The reduced force is compared to the maximum value:

If ${\sigma }_{N}<{\sigma }_{N}^{\text{max}}$ , then ${f}_{N}$ = 1, which means the force will not be reduced.

If ${\sigma }_{N}<{\sigma }_{N}^{\text{max}}$ , then ${f}_{N}=\sqrt{\frac{{\left({\sigma }_{N}^{\text{max}}\right)}^{2}}{\text{max}\left[{\left({\sigma }_{N}\left(t\right)\right)}^{2},{10}^{-20}\right]}}$ , which means the force will then be reduced.

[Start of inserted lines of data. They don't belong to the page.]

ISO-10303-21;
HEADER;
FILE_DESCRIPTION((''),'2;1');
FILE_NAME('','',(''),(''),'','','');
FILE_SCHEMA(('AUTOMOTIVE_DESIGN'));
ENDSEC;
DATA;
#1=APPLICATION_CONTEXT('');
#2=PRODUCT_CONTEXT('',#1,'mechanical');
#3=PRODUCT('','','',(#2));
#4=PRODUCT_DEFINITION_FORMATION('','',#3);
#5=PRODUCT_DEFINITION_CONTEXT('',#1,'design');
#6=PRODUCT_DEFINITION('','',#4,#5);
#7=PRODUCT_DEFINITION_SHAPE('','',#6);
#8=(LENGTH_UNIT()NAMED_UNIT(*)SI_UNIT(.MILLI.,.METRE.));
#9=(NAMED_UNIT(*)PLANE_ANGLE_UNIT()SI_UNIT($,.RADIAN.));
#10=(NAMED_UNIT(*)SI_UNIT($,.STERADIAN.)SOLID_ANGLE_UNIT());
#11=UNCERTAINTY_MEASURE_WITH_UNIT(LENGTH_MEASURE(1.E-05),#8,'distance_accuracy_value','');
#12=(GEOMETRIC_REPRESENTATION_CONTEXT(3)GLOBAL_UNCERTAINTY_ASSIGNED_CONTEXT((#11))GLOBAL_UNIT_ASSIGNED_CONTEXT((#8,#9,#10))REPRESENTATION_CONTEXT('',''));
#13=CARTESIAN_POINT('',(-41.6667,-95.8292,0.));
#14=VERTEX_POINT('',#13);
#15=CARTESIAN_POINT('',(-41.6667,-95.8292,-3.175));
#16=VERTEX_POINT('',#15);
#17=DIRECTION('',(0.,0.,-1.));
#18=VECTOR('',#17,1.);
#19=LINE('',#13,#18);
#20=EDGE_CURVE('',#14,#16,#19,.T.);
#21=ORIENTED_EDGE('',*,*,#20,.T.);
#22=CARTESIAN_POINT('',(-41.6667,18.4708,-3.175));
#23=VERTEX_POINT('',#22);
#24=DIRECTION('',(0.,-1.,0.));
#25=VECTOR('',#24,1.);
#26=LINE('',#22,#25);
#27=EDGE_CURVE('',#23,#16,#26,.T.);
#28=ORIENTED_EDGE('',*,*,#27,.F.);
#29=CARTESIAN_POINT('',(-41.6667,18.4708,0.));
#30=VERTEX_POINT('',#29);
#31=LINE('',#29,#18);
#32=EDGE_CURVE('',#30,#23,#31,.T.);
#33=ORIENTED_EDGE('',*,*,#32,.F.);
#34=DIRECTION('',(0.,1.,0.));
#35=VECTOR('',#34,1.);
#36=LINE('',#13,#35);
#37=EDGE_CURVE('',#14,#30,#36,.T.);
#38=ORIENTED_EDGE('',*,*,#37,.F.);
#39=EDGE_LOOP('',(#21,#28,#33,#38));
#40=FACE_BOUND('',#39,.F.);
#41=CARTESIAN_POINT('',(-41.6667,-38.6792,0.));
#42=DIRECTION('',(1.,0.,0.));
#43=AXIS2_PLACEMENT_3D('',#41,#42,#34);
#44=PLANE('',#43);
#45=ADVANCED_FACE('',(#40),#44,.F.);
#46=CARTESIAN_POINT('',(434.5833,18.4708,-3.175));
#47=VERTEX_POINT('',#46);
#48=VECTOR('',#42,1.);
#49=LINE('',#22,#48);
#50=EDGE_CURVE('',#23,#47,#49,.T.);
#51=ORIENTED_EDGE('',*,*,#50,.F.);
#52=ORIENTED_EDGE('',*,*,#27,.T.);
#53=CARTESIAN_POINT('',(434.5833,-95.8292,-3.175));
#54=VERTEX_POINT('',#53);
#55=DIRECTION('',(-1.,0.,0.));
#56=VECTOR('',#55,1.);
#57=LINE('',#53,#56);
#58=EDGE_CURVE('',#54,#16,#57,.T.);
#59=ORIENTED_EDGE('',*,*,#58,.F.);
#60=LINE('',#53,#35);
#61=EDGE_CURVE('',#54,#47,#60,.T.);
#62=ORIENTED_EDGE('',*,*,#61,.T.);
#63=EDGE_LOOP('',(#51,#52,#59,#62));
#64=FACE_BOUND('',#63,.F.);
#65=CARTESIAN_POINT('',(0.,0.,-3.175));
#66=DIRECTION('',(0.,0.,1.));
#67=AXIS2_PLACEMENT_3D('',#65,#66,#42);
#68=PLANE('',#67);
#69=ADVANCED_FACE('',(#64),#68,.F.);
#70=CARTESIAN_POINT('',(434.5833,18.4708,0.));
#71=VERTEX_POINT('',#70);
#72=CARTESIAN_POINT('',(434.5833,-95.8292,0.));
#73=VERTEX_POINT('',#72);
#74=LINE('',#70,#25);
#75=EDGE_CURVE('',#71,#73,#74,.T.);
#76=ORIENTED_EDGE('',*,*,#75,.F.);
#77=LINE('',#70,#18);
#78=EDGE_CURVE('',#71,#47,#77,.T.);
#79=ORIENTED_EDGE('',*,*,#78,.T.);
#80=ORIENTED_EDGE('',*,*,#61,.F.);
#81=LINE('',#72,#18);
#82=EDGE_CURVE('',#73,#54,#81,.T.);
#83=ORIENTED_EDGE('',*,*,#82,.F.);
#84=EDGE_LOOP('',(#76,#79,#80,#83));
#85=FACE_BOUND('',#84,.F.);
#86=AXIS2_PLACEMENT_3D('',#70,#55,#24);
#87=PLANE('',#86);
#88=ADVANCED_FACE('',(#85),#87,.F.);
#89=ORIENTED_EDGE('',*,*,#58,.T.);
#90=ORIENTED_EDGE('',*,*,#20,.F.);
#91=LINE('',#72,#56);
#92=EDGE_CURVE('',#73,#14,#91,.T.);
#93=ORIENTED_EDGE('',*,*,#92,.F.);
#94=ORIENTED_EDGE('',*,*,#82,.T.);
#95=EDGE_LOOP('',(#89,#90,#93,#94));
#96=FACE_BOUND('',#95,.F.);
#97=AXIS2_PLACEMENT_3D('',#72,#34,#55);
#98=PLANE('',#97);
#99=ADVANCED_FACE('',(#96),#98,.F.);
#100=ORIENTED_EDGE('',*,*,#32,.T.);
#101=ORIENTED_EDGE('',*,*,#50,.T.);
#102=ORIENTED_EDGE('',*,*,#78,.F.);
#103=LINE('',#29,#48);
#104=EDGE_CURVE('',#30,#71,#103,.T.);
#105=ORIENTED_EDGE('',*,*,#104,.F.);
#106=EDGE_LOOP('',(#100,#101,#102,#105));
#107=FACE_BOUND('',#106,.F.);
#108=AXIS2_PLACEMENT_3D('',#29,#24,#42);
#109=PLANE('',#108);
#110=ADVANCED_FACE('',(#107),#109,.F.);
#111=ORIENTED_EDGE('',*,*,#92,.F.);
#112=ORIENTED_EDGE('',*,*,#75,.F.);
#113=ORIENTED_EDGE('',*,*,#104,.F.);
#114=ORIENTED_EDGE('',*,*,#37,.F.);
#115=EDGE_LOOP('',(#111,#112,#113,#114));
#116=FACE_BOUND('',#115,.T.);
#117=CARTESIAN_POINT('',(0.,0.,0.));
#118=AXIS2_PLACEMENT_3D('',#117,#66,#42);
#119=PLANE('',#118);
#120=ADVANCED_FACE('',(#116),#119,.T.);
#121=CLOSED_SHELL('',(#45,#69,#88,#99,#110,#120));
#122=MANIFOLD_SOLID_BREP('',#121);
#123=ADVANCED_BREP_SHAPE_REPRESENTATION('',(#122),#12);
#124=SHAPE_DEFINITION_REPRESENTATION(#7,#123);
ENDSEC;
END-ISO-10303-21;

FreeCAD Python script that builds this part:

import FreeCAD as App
import Part
import Sketcher
Q = App.Units.Quantity

doc = App.newDocument("Part")
body = doc.addObject("PartDesign::Body", "Body")

# Sketch on XY plane
sketch1 = body.newObject("Sketcher::SketchObject", "Sketch")
sketch1.AttachmentSupport = (doc.getObject("XY_Plane"), [""])
sketch1.MapMode = "FlatFace"
sketch1.addGeometry(Part.LineSegment(App.Vector(434.5833, 18.4708, 0), App.Vector(-41.6667, 18.4708, 0)), False)
sketch1.addGeometry(Part.LineSegment(App.Vector(-41.6667, 18.4708, 0), App.Vector(-41.6667, -95.8292, 0)), False)
sketch1.addGeometry(Part.LineSegment(App.Vector(-41.6667, -95.8292, 0), App.Vector(434.5833, -95.8292, 0)), False)
sketch1.addGeometry(Part.LineSegment(App.Vector(434.5833, -95.8292, 0), App.Vector(434.5833, 18.4708, 0)), False)
sketch1.addConstraint(Sketcher.Constraint("Coincident", 0, 2, 1, 1))
sketch1.addConstraint(Sketcher.Constraint("Coincident", 1, 2, 2, 1))
sketch1.addConstraint(Sketcher.Constraint("Coincident", 2, 2, 3, 1))
sketch1.addConstraint(Sketcher.Constraint("Coincident", 3, 2, 0, 1))
sketch1.addConstraint(Sketcher.Constraint("Horizontal", 0))
sketch1.addConstraint(Sketcher.Constraint("Vertical", 1))
sketch1.addConstraint(Sketcher.Constraint("Horizontal", 2))
sketch1.addConstraint(Sketcher.Constraint("Vertical", 3))
sketch1.addConstraint(Sketcher.Constraint("DistanceY", 1, 2, 1, 1, Q("4.5 in")))
sketch1.addConstraint(Sketcher.Constraint("DistanceX", 0, 2, 0, 1, Q("18.75 in")))
sketch1.addConstraint(Sketcher.Constraint("DistanceY", -1, 1, 0, 2, Q("0.7272 in")))
sketch1.addConstraint(Sketcher.Constraint("DistanceX", 0, 2, -1, 1, Q("41.6667 mm")))
pad1 = body.newObject("PartDesign::Pad", "Pad")
pad1.Profile = sketch1
pad1.Length = Q("0.125 in")
pad1.Reversed = True

doc.recompute()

Here the maximum value will be defined by you with:

$\begin{array}{l}{\sigma }_{N}^{\text{max}}=f\left(\stackrel{˙}{\sigma }\right)\cdot \text{SNTID}\left(\frac{\Delta {X}_{N}}{\text{FDIST}}\right)\hfill \\ {\sigma }_{T}^{\text{max}}=f\left(\stackrel{˙}{\sigma }\right)\cdot \text{STTID}\left(\frac{\Delta {X}_{N}}{\text{FDIST}}\right)\hfill \\ f\left(\stackrel{˙}{\sigma }\right)=\text{FSTR}\cdot \text{SRTID}\left(\frac{\stackrel{˙}{\sigma }}{\text{FSTRATE}}\right)\hfill \end{array}$

Where,
${\sigma }_{N}^{\text{max}}$
Maximum normal stress value defined by SNTID
${\sigma }_{N}\left(t\right)$
Normal stress
${\sigma }_{N}^{\text{max}}$
Maximum tangential stress value defined by STTID
${\sigma }_{T}\left(t\right)$
Tangential stress
FSTR
Input constant stress factor
SRTID
Input variable coefficient
SNTID and STTID
Input stress-displacement tables

Once the rupture criterion (defined by Rupt) is reached, the contact will be deleted.

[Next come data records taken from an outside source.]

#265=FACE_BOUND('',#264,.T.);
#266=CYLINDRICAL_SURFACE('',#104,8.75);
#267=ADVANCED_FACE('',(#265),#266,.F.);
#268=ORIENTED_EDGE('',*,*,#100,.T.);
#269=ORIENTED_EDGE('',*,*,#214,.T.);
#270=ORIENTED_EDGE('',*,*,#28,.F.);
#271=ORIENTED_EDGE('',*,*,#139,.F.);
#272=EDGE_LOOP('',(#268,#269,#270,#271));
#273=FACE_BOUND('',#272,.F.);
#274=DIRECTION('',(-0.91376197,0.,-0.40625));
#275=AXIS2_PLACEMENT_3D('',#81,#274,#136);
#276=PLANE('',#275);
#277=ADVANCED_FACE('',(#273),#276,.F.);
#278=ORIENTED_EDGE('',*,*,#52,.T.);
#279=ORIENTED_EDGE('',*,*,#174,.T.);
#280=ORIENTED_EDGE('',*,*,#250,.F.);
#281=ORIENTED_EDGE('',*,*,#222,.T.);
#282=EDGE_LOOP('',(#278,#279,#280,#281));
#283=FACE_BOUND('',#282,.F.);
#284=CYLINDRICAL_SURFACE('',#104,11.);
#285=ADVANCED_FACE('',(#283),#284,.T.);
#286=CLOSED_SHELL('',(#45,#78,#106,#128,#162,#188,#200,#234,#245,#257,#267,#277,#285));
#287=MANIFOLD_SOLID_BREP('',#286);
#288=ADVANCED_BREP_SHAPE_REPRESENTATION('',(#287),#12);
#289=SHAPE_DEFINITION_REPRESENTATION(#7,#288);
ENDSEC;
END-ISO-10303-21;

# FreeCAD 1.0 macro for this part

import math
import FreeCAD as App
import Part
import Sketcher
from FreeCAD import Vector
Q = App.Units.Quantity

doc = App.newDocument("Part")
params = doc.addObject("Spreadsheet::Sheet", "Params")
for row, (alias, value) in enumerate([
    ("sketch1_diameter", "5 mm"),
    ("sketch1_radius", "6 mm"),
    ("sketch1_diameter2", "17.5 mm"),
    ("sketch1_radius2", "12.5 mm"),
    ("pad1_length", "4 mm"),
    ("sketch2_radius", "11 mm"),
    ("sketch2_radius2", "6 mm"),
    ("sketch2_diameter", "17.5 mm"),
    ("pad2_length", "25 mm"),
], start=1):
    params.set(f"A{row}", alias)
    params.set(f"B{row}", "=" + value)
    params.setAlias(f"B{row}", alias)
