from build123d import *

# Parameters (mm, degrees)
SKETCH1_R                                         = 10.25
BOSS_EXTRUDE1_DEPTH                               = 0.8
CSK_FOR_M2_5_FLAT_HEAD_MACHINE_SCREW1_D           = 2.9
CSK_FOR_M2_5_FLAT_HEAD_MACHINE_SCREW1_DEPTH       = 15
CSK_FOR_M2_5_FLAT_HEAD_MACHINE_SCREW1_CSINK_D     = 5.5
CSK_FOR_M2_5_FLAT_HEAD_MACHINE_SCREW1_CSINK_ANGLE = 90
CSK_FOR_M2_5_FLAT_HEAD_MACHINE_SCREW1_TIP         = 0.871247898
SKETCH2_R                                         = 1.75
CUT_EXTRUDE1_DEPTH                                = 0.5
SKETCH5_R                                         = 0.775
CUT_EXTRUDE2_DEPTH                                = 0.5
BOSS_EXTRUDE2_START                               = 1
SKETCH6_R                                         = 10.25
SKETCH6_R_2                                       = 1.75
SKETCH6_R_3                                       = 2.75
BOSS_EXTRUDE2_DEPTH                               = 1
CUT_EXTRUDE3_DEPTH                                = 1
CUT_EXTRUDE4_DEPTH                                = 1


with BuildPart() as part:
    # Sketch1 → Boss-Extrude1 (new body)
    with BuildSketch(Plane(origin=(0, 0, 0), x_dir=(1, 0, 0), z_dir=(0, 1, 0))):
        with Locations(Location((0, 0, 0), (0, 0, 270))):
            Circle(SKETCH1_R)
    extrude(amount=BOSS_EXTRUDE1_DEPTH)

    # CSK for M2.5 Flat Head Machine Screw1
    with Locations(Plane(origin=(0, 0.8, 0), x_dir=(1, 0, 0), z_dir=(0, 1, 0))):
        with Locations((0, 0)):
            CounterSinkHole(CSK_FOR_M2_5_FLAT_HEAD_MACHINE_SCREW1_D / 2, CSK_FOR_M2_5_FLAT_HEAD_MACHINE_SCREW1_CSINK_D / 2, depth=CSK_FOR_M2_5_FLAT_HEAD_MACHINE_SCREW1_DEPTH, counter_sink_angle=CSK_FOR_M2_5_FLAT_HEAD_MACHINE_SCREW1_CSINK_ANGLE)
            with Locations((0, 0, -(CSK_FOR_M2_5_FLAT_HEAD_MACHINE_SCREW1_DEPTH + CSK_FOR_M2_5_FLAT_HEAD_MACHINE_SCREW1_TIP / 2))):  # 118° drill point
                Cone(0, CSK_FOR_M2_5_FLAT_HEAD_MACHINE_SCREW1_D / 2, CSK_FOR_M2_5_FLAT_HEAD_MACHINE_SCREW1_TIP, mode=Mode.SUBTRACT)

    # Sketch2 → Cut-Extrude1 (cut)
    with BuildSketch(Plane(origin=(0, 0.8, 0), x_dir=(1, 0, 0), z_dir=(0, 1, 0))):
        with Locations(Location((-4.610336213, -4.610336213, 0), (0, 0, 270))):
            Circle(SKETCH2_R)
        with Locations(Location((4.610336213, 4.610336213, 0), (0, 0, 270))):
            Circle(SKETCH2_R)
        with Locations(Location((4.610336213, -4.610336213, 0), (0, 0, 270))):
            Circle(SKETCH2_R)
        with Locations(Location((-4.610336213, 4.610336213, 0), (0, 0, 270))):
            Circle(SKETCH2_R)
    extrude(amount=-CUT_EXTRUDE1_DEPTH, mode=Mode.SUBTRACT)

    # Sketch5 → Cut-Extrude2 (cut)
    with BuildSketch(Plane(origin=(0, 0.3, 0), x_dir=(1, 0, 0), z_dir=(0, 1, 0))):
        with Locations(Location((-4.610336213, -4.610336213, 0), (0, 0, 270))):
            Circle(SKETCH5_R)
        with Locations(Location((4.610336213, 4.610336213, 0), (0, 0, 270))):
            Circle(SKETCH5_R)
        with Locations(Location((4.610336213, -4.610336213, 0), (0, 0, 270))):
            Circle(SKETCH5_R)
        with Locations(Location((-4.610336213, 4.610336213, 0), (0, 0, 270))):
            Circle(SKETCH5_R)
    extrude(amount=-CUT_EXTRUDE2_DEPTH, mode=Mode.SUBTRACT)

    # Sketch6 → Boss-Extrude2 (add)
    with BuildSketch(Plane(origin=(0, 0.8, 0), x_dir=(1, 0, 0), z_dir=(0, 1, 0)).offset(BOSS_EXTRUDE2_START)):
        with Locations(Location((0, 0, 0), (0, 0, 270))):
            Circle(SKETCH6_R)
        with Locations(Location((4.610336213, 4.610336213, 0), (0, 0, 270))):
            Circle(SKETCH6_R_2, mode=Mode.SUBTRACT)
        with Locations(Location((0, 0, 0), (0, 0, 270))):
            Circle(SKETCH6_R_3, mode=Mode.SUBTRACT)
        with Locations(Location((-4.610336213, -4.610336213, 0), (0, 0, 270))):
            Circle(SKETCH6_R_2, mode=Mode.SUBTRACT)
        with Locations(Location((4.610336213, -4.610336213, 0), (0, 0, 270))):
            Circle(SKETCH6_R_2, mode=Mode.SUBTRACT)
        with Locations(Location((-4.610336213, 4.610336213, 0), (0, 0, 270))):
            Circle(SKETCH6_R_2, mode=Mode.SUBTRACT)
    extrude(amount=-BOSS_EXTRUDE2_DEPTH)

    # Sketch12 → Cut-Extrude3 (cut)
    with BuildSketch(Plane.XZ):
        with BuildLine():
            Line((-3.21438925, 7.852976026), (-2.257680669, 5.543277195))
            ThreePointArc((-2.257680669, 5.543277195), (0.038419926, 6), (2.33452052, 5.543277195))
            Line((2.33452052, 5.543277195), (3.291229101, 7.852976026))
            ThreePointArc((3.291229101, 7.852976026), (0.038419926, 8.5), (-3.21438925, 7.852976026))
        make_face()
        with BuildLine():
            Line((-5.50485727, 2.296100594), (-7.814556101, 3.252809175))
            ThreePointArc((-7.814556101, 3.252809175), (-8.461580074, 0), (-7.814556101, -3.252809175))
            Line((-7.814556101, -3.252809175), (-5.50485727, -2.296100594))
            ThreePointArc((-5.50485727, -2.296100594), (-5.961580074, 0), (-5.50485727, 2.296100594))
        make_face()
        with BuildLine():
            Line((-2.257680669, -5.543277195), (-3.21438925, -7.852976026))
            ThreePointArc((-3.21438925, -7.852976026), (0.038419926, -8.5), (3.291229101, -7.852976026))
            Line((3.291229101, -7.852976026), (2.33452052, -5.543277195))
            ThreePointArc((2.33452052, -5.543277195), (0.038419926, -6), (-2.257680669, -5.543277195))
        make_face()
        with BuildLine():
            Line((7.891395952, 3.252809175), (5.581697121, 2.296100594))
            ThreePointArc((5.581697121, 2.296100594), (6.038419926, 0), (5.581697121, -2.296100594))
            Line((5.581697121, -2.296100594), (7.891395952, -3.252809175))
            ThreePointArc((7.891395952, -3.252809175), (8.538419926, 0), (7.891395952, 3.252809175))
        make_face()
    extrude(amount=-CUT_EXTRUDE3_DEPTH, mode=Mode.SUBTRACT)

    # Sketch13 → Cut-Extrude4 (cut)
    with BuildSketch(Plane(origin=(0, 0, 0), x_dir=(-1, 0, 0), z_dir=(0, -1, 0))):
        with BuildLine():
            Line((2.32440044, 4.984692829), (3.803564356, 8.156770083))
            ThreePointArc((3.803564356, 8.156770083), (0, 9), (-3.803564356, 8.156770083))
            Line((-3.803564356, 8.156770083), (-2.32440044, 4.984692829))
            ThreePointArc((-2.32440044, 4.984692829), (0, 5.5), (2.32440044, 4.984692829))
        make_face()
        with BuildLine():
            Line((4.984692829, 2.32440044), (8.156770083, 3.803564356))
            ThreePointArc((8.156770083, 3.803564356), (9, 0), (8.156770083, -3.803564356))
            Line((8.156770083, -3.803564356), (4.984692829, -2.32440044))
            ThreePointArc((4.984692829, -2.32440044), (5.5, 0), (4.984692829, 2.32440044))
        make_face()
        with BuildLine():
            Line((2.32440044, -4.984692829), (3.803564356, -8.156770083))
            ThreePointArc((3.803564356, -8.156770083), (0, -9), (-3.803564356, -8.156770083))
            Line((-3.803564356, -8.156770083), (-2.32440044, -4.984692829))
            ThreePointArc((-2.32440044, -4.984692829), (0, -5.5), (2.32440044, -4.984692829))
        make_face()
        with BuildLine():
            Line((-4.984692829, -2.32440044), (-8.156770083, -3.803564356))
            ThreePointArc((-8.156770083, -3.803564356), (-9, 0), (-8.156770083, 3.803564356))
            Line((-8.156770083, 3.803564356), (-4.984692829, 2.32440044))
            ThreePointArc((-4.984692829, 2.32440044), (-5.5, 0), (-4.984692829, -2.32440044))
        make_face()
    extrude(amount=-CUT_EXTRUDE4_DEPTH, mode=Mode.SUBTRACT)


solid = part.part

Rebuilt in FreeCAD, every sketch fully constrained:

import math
import FreeCAD as App
import Part
import Sketcher
from FreeCAD import Vector
Q = App.Units.Quantity

doc = App.newDocument("Part")
body = doc.addObject("PartDesign::Body", "Body")

# Sketch on XZ plane
sketch1 = body.newObject("Sketcher::SketchObject", "Sketch")
sketch1.AttachmentSupport = (doc.getObject("XZ_Plane"), [""])
sketch1.MapMode = "FlatFace"
sketch1.addGeometry(Part.Circle(Vector(0, 0, 0), Vector(0, 0, 1), 10), False)
sketch1.addConstraint(Sketcher.Constraint("Coincident", 0, 3, -1, 1))
sketch1.addConstraint(Sketcher.Constraint("Diameter", 0, Q("20.5 mm")))
pad1 = body.newObject("PartDesign::Pad", "Pad")
pad1.Profile = sketch1
pad1.Length = 0.8
pad1.Reversed = True

# Sketch on XZ plane
sketch2 = body.newObject("Sketcher::SketchObject", "Sketch001")
sketch2.AttachmentSupport = (doc.getObject("XZ_Plane"), [""])
sketch2.MapMode = "FlatFace"
sketch2.AttachmentOffset = App.Placement(Vector(0, 0, -0.8), App.Rotation())
sketch2.addGeometry(Part.Circle(Vector(0, 0, 0), Vector(0, 0, 1), 1.4), False)
sketch2.addConstraint(Sketcher.Constraint("Coincident", 0, 3, -1, 1))
sketch2.addConstraint(Sketcher.Constraint("Diameter", 0, Q("2.9 mm")))
doc.recompute()
hole = body.newObject("PartDesign::Hole", "Hole")
hole.Profile = sketch2
hole.ThreadType = "None"
hole.Diameter = 2.9
hole.DepthType = "Dimension"
hole.Depth = 15
hole.DrillPoint = "Angled"
hole.DrillPointAngle = 118
hole.HoleCutType = "Countersink"
hole.HoleCutDiameter = 5.5
hole.HoleCutCountersinkAngle = 90
hole.Reversed = True

# Sketch on XZ plane
sketch3 = body.newObject("Sketcher::SketchObject", "Sketch002")
sketch3.AttachmentSupport = (doc.getObject("XZ_Plane"), [""])
sketch3.MapMode = "FlatFace"
sketch3.AttachmentOffset = App.Placement(Vector(0, 0, -0.8), App.Rotation())
sketch3.addGeometry(Part.Circle(Vector(-4.6, 4.6, 0), Vector(0, 0, 1), 1.8), False)
sketch3.addGeometry(Part.Circle(Vector(4.6, -4.6, 0), Vector(0, 0, 1), 1.8), False)
sketch3.addGeometry(Part.Circle(Vector(4.6, 4.6, 0), Vector(0, 0, 1), 1.8), False)
sketch3.addGeometry(Part.Circle(Vector(-4.6, -4.6, 0), Vector(0, 0, 1), 1.8), False)
sketch3.addConstraint(Sketcher.Constraint("Equal", 0, 1))
sketch3.addConstraint(Sketcher.Constraint("Equal", 1, 2))
sketch3.addConstraint(Sketcher.Constraint("Equal", 2, 3))
sketch3.addConstraint(Sketcher.Constraint("Symmetric", 0, 3, 1, 3, -1, 1))
sketch3.addConstraint(Sketcher.Constraint("Symmetric", 2, 3, 3, 3, -1, 1))
sketch3.addConstraint(Sketcher.Constraint("Symmetric", 0, 3, 2, 3, -2))
sketch3.addConstraint(Sketcher.Constraint("Diameter", 0, Q("3.5 mm")))
sketch3.addConstraint(Sketcher.Constraint("DistanceX", 0, 3, -1, 1, Q("4.610336 mm")))
sketch3.addConstraint(Sketcher.Constraint("DistanceY", -1, 1, 0, 3, Q("4.610336 mm")))
pocket1 = body.newObject("PartDesign::Pocket", "Pocket")
pocket1.Profile = sketch3
pocket1.Length = 0.5
pocket1.Reversed = True

# Sketch on XZ plane
sketch4 = body.newObject("Sketcher::SketchObject", "Sketch003")
sketch4.AttachmentSupport = (doc.getObject("XZ_Plane"), [""])
sketch4.MapMode = "FlatFace"
sketch4.AttachmentOffset = App.Placement(Vector(0, 0, -0.3), App.Rotation())
sketch4.addGeometry(Part.Circle(Vector(-4.6, 4.6, 0), Vector(0, 0, 1), 0.8), False)
sketch4.addGeometry(Part.Circle(Vector(4.6, -4.6, 0), Vector(0, 0, 1), 0.8), False)
sketch4.addGeometry(Part.Circle(Vector(4.6, 4.6, 0), Vector(0, 0, 1), 0.8), False)
sketch4.addGeometry(Part.Circle(Vector(-4.6, -4.6, 0), Vector(0, 0, 1), 0.8), False)
sketch4.addConstraint(Sketcher.Constraint("Equal", 0, 1))
sketch4.addConstraint(Sketcher.Constraint("Equal", 1, 2))
sketch4.addConstraint(Sketcher.Constraint("Equal", 2, 3))
sketch4.addConstraint(Sketcher.Constraint("Symmetric", 0, 3, 1, 3, -1, 1))
sketch4.addConstraint(Sketcher.Constraint("Symmetric", 2, 3, 3, 3, -1, 1))
sketch4.addConstraint(Sketcher.Constraint("Symmetric", 0, 3, 2, 3, -2))
sketch4.addConstraint(Sketcher.Constraint("Diameter", 0, Q("1.55 mm")))
sketch4.addConstraint(Sketcher.Constraint("DistanceX", 0, 3, -1, 1, Q("4.610336 mm")))
sketch4.addConstraint(Sketcher.Constraint("DistanceY", -1, 1, 0, 3, Q("4.610336 mm")))
pocket2 = body.newObject("PartDesign::Pocket", "Pocket001")
pocket2.Profile = sketch4
pocket2.Length = 0.5
pocket2.Reversed = True

# Sketch on XZ plane
sketch5 = body.newObject("Sketcher::SketchObject", "Sketch004")
sketch5.AttachmentSupport = (doc.getObject("XZ_Plane"), [""])
sketch5.MapMode = "FlatFace"
sketch5.AttachmentOffset = App.Placement(Vector(0, 0, -1.8), App.Rotation())
sketch5.addGeometry(Part.Circle(Vector(0, 0, 0), Vector(0, 0, 1), 10.2), False)
sketch5.addGeometry(Part.Circle(Vector(-4.6, -4.6, 0), Vector(0, 0, 1), 1.8), False)
sketch5.addGeometry(Part.Circle(Vector(-4.6, 4.6, 0), Vector(0, 0, 1), 1.8), False)
sketch5.addGeometry(Part.Circle(Vector(4.6, -4.6, 0), Vector(0, 0, 1), 1.8), False)
sketch5.addGeometry(Part.Circle(Vector(0, 0, 0), Vector(0, 0, 1), 2.8), False)
sketch5.addGeometry(Part.Circle(Vector(4.6, 4.6, 0), Vector(0, 0, 1), 1.8), False)
sketch5.addConstraint(Sketcher.Constraint("Coincident", 0, 3, -1, 1))
sketch5.addConstraint(Sketcher.Constraint("Coincident", 4, 3, -1, 1))
sketch5.addConstraint(Sketcher.Constraint("Equal", 1, 2))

9. If RUPT = 1, the failure criterion is:(2)
$\sqrt{{\left(\frac{\text{ND}}{\text{MAXND}}\right)}^{2}+{\left(\frac{\text{TD}}{\text{MAXTD}}\right)}^{2}}>1$
10. If FSPOT = 30, secondary mass/inertia/stiffness distribution to the main node is based on the Kirschoff model: bi-cubic form functions are used instead of linear (standard formulation). It allows a softer contact behavior since the element shape curvature is taken into account in the force/moment transmission.
11. If IDELG = 1, then when a 4-node shell, a 3-node shell or a solid element is deleted, it is also removed from the main side of the interface (kinematic condition is suppressed on relative slasecondaryve nodes).
12. If IFILT is set to 1, the normal and tangential stresses are filtered with an alpha filter, as: (3)
${\sigma }_{N}\left(t\right)=\text{ALPHA}×{\sigma }_{N}\left(t\right)+\left(1-\text{ALPHA}\right)×{\sigma }_{N}\left(t-1\right)$
(4)
${\sigma }_{T}\left(t\right)=\text{ALPHA}×{\sigma }_{T}\left(t\right)+\left(1-\text{ALPHA}\right)×{\sigma }_{T}\left(t-1\right)$
13. FSPOT = 25 (penalty formulation) will keep the penalty formulation during the whole run. The secondary node (of this contact) could also be the secondary node of another kinematic option, like rigid body. The penalty stiffness is constant, calculated as the mean nodal stiffness of main and secondary side. The stiffness factor, STFAC, may be used to modify it, if needed. The penalty stiffness will be multiplied by STFAC. A critical viscous damping coefficient (VISC) allows damping to be applied to the interface stiffness.